I found with the chewing that it was more about training myself not to leave ANYTHING chewable where Tilly could reach it.... Although she had munched her way through at least 5 shoes before I started to get the hang of it!

The biting of ankles and feet, for me, was the worst part of puppyhood. It was just relentless! It totally passes though, there was a dramatic improvement by about 16 weeks, and Tilly doesn't destroy, chew or bite one single but now... Although she is nearly 2


----------



## 2ndhandgal (Aug 29, 2011)

KatandJesse888 said:


> Thank you for the advice  I'm glad to know it passes. Can't even walk anywhere without her nipping at the ankles no matter how many times you tell her "no!" I will try the lead thing as well. Thank you


Rather than "no" I carried a tuggy toy constantly and redirected her onto that. It takes a while for them to get the message but they do get there eventually!


----------



## fairlie (Sep 7, 2013)

Rufus was relentless too, with the teething and ankle biting. Just when you think you can't possibly spend another day redirecting to toys and hanging all shoes in the house on doorknobs, the tide turns and they start to get it. Persevere it really does get better!


----------



## Lexi&Beemer (May 5, 2013)

2ndhandgal said:


> Rather than "no" I carried a tuggy toy constantly and redirected her onto that. It takes a while for them to get the message but they do get there eventually!



Having a second one was quite handy as they took it out on each other and I had two rope tugs that I would use to play with them during the time they wanted to focus on me. Also different techniques worked for each of them. Beemer took a couple of 'no bites' with gentle but firm muzzle hold but Lexi, I had to squeal like a big very loudly each time her mouth got even close. 


Sent from my iPhone using Tapatalk


----------



## Lindor (Feb 3, 2014)

Maggie never did get into the whole shoe, chair, rug, baseboard chewing thing. But whenever she thought about it and tried to taste a shoe lace I would spray it with a little bit of bitter apple spray and give her a toy. Worked for her.


----------



## Alinos (May 19, 2014)

I sprayed anti bite spray all over the cables and wires.

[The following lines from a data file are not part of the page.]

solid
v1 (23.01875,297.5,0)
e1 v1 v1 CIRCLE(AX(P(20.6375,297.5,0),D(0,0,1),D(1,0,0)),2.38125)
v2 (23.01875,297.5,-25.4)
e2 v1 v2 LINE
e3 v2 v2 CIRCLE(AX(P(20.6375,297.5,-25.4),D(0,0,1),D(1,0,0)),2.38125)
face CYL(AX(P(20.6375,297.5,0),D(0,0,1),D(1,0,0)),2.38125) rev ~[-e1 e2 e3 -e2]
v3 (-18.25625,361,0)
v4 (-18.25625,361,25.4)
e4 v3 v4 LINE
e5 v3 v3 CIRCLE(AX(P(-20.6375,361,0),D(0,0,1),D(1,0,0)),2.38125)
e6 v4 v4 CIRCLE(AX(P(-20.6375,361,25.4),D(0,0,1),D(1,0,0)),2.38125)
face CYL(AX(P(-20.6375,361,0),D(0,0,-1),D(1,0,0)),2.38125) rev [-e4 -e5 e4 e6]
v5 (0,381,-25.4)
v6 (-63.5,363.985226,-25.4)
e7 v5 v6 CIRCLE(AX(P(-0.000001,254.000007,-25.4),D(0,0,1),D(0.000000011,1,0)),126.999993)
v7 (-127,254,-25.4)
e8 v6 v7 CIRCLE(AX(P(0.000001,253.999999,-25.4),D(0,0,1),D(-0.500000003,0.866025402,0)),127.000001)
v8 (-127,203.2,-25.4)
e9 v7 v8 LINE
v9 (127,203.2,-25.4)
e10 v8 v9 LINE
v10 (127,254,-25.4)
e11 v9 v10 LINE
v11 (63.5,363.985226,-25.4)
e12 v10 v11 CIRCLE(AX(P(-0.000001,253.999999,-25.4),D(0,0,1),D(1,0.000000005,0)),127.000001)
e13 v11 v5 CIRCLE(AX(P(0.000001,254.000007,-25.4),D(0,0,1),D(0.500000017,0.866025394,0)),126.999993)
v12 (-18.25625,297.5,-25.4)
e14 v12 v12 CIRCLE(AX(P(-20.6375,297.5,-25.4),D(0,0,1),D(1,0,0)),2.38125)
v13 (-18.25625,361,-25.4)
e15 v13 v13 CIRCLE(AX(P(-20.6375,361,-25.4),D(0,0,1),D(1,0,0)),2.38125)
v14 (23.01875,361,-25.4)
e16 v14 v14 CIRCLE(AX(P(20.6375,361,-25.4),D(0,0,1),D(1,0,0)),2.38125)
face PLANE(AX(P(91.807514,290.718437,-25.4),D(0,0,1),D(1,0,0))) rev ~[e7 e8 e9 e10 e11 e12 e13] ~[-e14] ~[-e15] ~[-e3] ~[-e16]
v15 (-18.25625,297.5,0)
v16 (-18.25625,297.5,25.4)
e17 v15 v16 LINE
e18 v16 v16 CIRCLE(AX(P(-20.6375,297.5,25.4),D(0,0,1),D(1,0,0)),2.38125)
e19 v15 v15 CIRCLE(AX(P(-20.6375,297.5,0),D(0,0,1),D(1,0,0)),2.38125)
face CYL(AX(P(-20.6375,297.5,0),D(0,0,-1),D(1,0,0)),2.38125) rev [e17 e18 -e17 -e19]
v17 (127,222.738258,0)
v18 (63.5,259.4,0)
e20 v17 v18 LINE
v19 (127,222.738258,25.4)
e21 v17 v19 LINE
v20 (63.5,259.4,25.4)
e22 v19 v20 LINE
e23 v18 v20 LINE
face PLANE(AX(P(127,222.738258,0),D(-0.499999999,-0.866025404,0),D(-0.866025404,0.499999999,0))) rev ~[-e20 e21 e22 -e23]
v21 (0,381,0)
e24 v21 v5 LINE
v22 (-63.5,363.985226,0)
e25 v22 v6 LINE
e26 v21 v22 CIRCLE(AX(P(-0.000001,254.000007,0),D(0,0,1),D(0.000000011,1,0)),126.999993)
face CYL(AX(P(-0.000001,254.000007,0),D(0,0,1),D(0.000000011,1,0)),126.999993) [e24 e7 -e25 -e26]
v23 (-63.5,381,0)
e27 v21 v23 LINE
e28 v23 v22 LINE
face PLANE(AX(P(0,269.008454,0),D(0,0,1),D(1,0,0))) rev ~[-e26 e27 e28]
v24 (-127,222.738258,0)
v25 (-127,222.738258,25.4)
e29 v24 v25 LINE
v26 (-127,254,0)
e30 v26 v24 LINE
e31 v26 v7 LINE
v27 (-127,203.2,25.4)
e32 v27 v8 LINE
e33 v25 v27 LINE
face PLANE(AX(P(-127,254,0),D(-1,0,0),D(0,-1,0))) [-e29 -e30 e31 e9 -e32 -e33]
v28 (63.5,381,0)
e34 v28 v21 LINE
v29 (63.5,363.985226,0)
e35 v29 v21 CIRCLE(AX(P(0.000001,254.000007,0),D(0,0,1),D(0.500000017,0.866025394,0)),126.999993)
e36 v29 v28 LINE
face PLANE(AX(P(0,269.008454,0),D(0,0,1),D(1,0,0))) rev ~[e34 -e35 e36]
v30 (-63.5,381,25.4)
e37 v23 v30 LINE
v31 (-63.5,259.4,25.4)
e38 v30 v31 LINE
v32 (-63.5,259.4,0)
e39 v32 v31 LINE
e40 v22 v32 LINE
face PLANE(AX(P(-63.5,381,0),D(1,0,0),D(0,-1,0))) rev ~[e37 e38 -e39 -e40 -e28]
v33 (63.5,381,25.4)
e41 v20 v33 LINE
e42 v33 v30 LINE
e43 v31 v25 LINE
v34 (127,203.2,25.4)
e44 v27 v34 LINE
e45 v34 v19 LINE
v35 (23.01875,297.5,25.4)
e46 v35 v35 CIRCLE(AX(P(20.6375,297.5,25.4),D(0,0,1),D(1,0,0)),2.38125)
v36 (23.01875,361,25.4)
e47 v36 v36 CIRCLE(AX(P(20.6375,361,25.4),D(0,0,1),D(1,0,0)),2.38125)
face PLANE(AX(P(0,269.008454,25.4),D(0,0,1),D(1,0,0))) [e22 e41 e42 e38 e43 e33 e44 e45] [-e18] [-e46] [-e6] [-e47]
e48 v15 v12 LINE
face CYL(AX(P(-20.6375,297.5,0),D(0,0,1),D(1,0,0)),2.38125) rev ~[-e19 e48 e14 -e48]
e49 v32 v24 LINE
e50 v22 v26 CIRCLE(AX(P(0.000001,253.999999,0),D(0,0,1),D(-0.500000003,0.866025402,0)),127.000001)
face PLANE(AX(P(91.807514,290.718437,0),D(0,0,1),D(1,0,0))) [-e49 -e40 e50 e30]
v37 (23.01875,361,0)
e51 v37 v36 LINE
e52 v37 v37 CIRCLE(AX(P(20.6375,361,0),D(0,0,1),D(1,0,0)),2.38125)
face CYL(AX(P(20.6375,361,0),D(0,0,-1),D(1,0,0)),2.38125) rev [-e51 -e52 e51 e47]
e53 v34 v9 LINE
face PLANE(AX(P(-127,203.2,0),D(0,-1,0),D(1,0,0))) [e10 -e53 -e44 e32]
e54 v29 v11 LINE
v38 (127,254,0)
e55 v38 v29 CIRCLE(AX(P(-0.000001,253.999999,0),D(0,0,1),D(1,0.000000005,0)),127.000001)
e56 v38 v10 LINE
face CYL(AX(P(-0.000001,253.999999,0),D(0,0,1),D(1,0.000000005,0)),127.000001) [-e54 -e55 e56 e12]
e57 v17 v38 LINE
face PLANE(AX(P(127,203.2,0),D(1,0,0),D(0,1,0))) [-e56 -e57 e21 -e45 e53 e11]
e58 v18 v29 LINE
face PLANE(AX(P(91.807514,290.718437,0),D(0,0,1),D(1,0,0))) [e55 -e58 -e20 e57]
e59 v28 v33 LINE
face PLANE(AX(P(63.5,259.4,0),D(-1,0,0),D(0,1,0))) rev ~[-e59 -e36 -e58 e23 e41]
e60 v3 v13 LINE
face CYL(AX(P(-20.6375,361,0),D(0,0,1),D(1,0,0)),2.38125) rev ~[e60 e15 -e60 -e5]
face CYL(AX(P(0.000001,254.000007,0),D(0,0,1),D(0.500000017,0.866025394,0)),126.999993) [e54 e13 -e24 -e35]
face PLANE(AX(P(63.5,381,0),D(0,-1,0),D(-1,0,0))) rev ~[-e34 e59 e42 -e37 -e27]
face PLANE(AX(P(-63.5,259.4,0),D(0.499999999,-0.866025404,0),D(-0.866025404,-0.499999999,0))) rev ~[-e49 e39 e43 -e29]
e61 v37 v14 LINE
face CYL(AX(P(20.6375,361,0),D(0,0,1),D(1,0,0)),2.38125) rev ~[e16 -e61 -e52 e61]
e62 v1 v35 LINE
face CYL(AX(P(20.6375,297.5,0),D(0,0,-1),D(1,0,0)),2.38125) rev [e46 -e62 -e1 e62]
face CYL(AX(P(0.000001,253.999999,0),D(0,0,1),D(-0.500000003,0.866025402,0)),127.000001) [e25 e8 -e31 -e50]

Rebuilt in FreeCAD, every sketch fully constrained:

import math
import FreeCAD as App
import Part
import Sketcher
Q = App.Units.Quantity

doc = App.newDocument("Part")
body = doc.addObject("PartDesign::Body", "Body")

# Sketch on XY plane
sketch1 = body.newObject("Sketcher::SketchObject", "Sketch")
sketch1.AttachmentSupport = (doc.getObject("XY_Plane"), [""])
sketch1.MapMode = "FlatFace"
sketch1.addGeometry([
    Part.LineSegment(App.Vector(-63.5, 381, 0), App.Vector(-63.5, 259.4, 0)),  # 0
    Part.LineSegment(App.Vector(-63.5, 259.4, 0), App.Vector(-127, 222.7, 0)),  # 1
    Part.LineSegment(App.Vector(-127, 222.7, 0), App.Vector(-127, 203.2, 0)),  # 2
    Part.LineSegment(App.Vector(-127, 203.2, 0), App.Vector(127, 203.2, 0)),  # 3
    Part.LineSegment(App.Vector(127, 203.2, 0), App.Vector(127, 222.7, 0)),  # 4
    Part.LineSegment(App.Vector(127, 222.7, 0), App.Vector(63.5, 259.4, 0)),  # 5
    Part.LineSegment(App.Vector(63.5, 259.4, 0), App.Vector(63.5, 381, 0)),  # 6
    Part.LineSegment(App.Vector(63.5, 381, 0), App.Vector(-63.5, 381, 0)),  # 7
    Part.Circle(App.Vector(-20.6, 297.5, 0), App.Vector(0, 0, 1), 2.4),  # 8
    Part.Circle(App.Vector(20.6, 297.5, 0), App.Vector(0, 0, 1), 2.4),  # 9
    Part.Circle(App.Vector(-20.6, 361, 0), App.Vector(0, 0, 1), 2.4),  # 10
    Part.Circle(App.Vector(20.6, 361, 0), App.Vector(0, 0, 1), 2.4),  # 11
], False)
sketch1.addConstraint([
    Sketcher.Constraint("Coincident", 0, 2, 1, 1),
    Sketcher.Constraint("Coincident", 1, 2, 2, 1),
    Sketcher.Constraint("Coincident", 2, 2, 3, 1),
    Sketcher.Constraint("Coincident", 3, 2, 4, 1),
    Sketcher.Constraint("Coincident", 4, 2, 5, 1),
    Sketcher.Constraint("Coincident", 5, 2, 6, 1),
    Sketcher.Constraint("Coincident", 6, 2, 7, 1),
    Sketcher.Constraint("Coincident", 7, 2, 0, 1),
    Sketcher.Constraint("Vertical", 0),
    Sketcher.Constraint("Vertical", 2),
    Sketcher.Constraint("Horizontal", 3),
    Sketcher.Constraint("Vertical", 4),
    Sketcher.Constraint("Vertical", 6),
    Sketcher.Constraint("Horizontal", 7),
    Sketcher.Constraint("Equal", 8, 9),
    Sketcher.Constraint("Equal", 9, 10),
    Sketcher.Constraint("Equal", 10, 11),
    Sketcher.Constraint("Symmetric", 8, 3, 9, 3, -2),
    Sketcher.Constraint("Symmetric", 10, 3, 11, 3, -2),
    Sketcher.Constraint("Symmetric", 1, 2, 4, 2, -2),
    Sketcher.Constraint("Symmetric", 0, 2, 5, 2, -2),
    Sketcher.Constraint("Vertical", 8, 3, 10, 3),
    Sketcher.Constraint("DistanceX", 3, 1, 3, 2, Q("10 in")),
    Sketcher.Constraint("DistanceX", 7, 2, 7, 1, Q("5 in")),
    Sketcher.Constraint("Diameter", 8, Q("0.1875 in")),
    Sketcher.Constraint("DistanceY", -1, 1, 2, 2, Q("8 in")),
    Sketcher.Constraint("DistanceY", -1, 1, 6, 2, Q("15 in")),
    Sketcher.Constraint("Angle", 1, Q("-150 deg")),
    Sketcher.Constraint("DistanceY", 0, 2, 10, 3, Q("4 in")),
    Sketcher.Constraint("DistanceY", 8, 3, 10, 3, Q("2.5 in")),
    Sketcher.Constraint("DistanceX", 8, 3, -1, 1, Q("0.8125 in")),
    Sketcher.Constraint("DistanceY", 0, 2, 0, 1, Q("121.6 mm")),
])
pad1 = body.newObject("PartDesign::Pad", "Pad")
pad1.Profile = sketch1
pad1.Length = Q("1 in")

# Sketch on XY plane
sketch2 = body.newObject("Sketcher::SketchObject", "Sketch001")
sketch2.AttachmentSupport = (doc.getObject("XY_Plane"), [""])
sketch2.MapMode = "FlatFace"
sketch2.addGeometry([
    Part.ArcOfCircle(Part.Circle(App.Vector(0, 254, 0), App.Vector(0, 0, 1), 127), math.radians(0), math.radians(60)),  # 0
    Part.ArcOfCircle(Part.Circle(App.Vector(0, 254, 0), App.Vector(0, 0, 1), 127), math.radians(60), math.radians(90)),  # 1
    Part.ArcOfCircle(Part.Circle(App.Vector(0, 254, 0), App.Vector(0, 0, 1), 127), math.radians(90), math.radians(120)),  # 2
    Part.ArcOfCircle(Part.Circle(App.Vector(0, 254, 0), App.Vector(0, 0, 1), 127), math.radians(120), math.radians(180)),  # 3
    Part.LineSegment(App.Vector(-127, 254, 0), App.Vector(-127, 203.2, 0)),  # 4
    Part.LineSegment(App.Vector(-127, 203.2, 0), App.Vector(127, 203.2, 0)),  # 5
    Part.LineSegment(App.Vector(127, 203.2, 0), App.Vector(127, 254, 0)),  # 6
    Part.Circle(App.Vector(-20.6, 297.5, 0), App.Vector(0, 0, 1), 2.4),  # 7
    Part.Circle(App.Vector(20.6, 297.5, 0), App.Vector(0, 0, 1), 2.4),  # 8
    Part.Circle(App.Vector(-20.6, 361, 0), App.Vector(0, 0, 1), 2.4),  # 9
    Part.Circle(App.Vector(20.6, 361, 0), App.Vector(0, 0, 1), 2.4),  # 10
], False)
sketch2.addConstraint([
    Sketcher.Constraint("Tangent", 0, 2, 1, 1),
    Sketcher.Constraint("Tangent", 1, 2, 2, 1),
    Sketcher.Constraint("Tangent", 2, 2, 3, 1),
    Sketcher.Constraint("Tangent", 3, 2, 4, 1),
    Sketcher.Constraint("Coincident", 4, 2, 5, 1),
    Sketcher.Constraint("Coincident", 5, 2, 6, 1),
    Sketcher.Constraint("Tangent", 6, 2, 0, 1),
    Sketcher.Constraint("Vertical", 4),
    Sketcher.Constraint("Horizontal", 5),
    Sketcher.Constraint("Vertical", 6),
    Sketcher.Constraint("Coincident", 2, 3, 0, 3),
    Sketcher.Constraint("Equal", 0, 3),
    Sketcher.Constraint("Equal", 7, 8),
    Sketcher.Constraint("Equal", 8, 9),
    Sketcher.Constraint("Equal", 9, 10),
    Sketcher.Constraint("Symmetric", 7, 3, 8, 3, -2),
    Sketcher.Constraint("Symmetric", 9, 3, 10, 3, -2),
    Sketcher.Constraint("Symmetric", 0, 2, 2, 2, -2),
    Sketcher.Constraint("PointOnObject", 1, 2, -2),
    Sketcher.Constraint("Vertical", 7, 3, 9, 3),
    Sketcher.Constraint("Radius", 0, Q("5 in")),
    Sketcher.Constraint("DistanceY", 4, 2, 4, 1, Q("2 in")),
    Sketcher.Constraint("Diameter", 7, Q("0.1875 in")),
    Sketcher.Constraint("DistanceY", -1, 1, 0, 3, Q("10 in")),
    Sketcher.Constraint("DistanceX", -1, 1, 0, 2, Q("2.5 in")),
    Sketcher.Constraint("DistanceY", 7, 3, 9, 3, Q("2.5 in")),
    Sketcher.Constraint("DistanceX", 7, 3, -1, 1, Q("0.8125 in")),
    Sketcher.Constraint("DistanceY", -1, 1, 7, 3, Q("297.5 mm")),
])
pad2 = body.newObject("PartDesign::Pad", "Pad001")
pad2.Profile = sketch2
pad2.Length = Q("1 in")
pad2.Reversed = True

doc.recompute()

I was really scared that Zorro would bite thru the power wires. After he smelt the spray he lost interest in te wires. Also sprayed it on the legs of the furniture. He still chewed thru shoes and cardboard and anything else I was foolish enough to leave out. but atleast he stayed away from the dangerous stuff. 


Sent from my iPhone using Tapatalk


----------



## KatandJesse888 (Oct 12, 2014)

Thank you everyone  I've been redirecting her to her toys when she tries chewing my toes off, seems to slowly be working, she definitely knows when she's doing something wrong now, she has a little sulky face when she's in trouble


----------



## tessybear (May 1, 2011)

It sounds standard Cockapoo puppy behàviour, it won't last there is light at the end of the tunnel. Dexter used to hang off the bottom of my trousers and ripped a few pairs. Bonnie being number 2 used to hang off his ears instead. So he got his just desserts! When their adult teeth came in they stopped.


----------



## Meredith (Mar 30, 2014)

tessybear said:


> It sounds standard Cockapoo puppy behàviour, it won't last there is light at the end of the tunnel. Dexter used to hang off the bottom of my trousers and ripped a few pairs. Bonnie being number 2 used to hang off his ears instead. So he got his just desserts! When their adult teeth came in they stopped.


I found the same. Cockapoo number two was so much easier during demon phase. She just tortured her big brother


----------



## Lexi&Beemer (May 5, 2013)

I did it the smart way - two at the same time and they mostly take it out on each other. 


Sent from my iPhone using Tapatalk


----------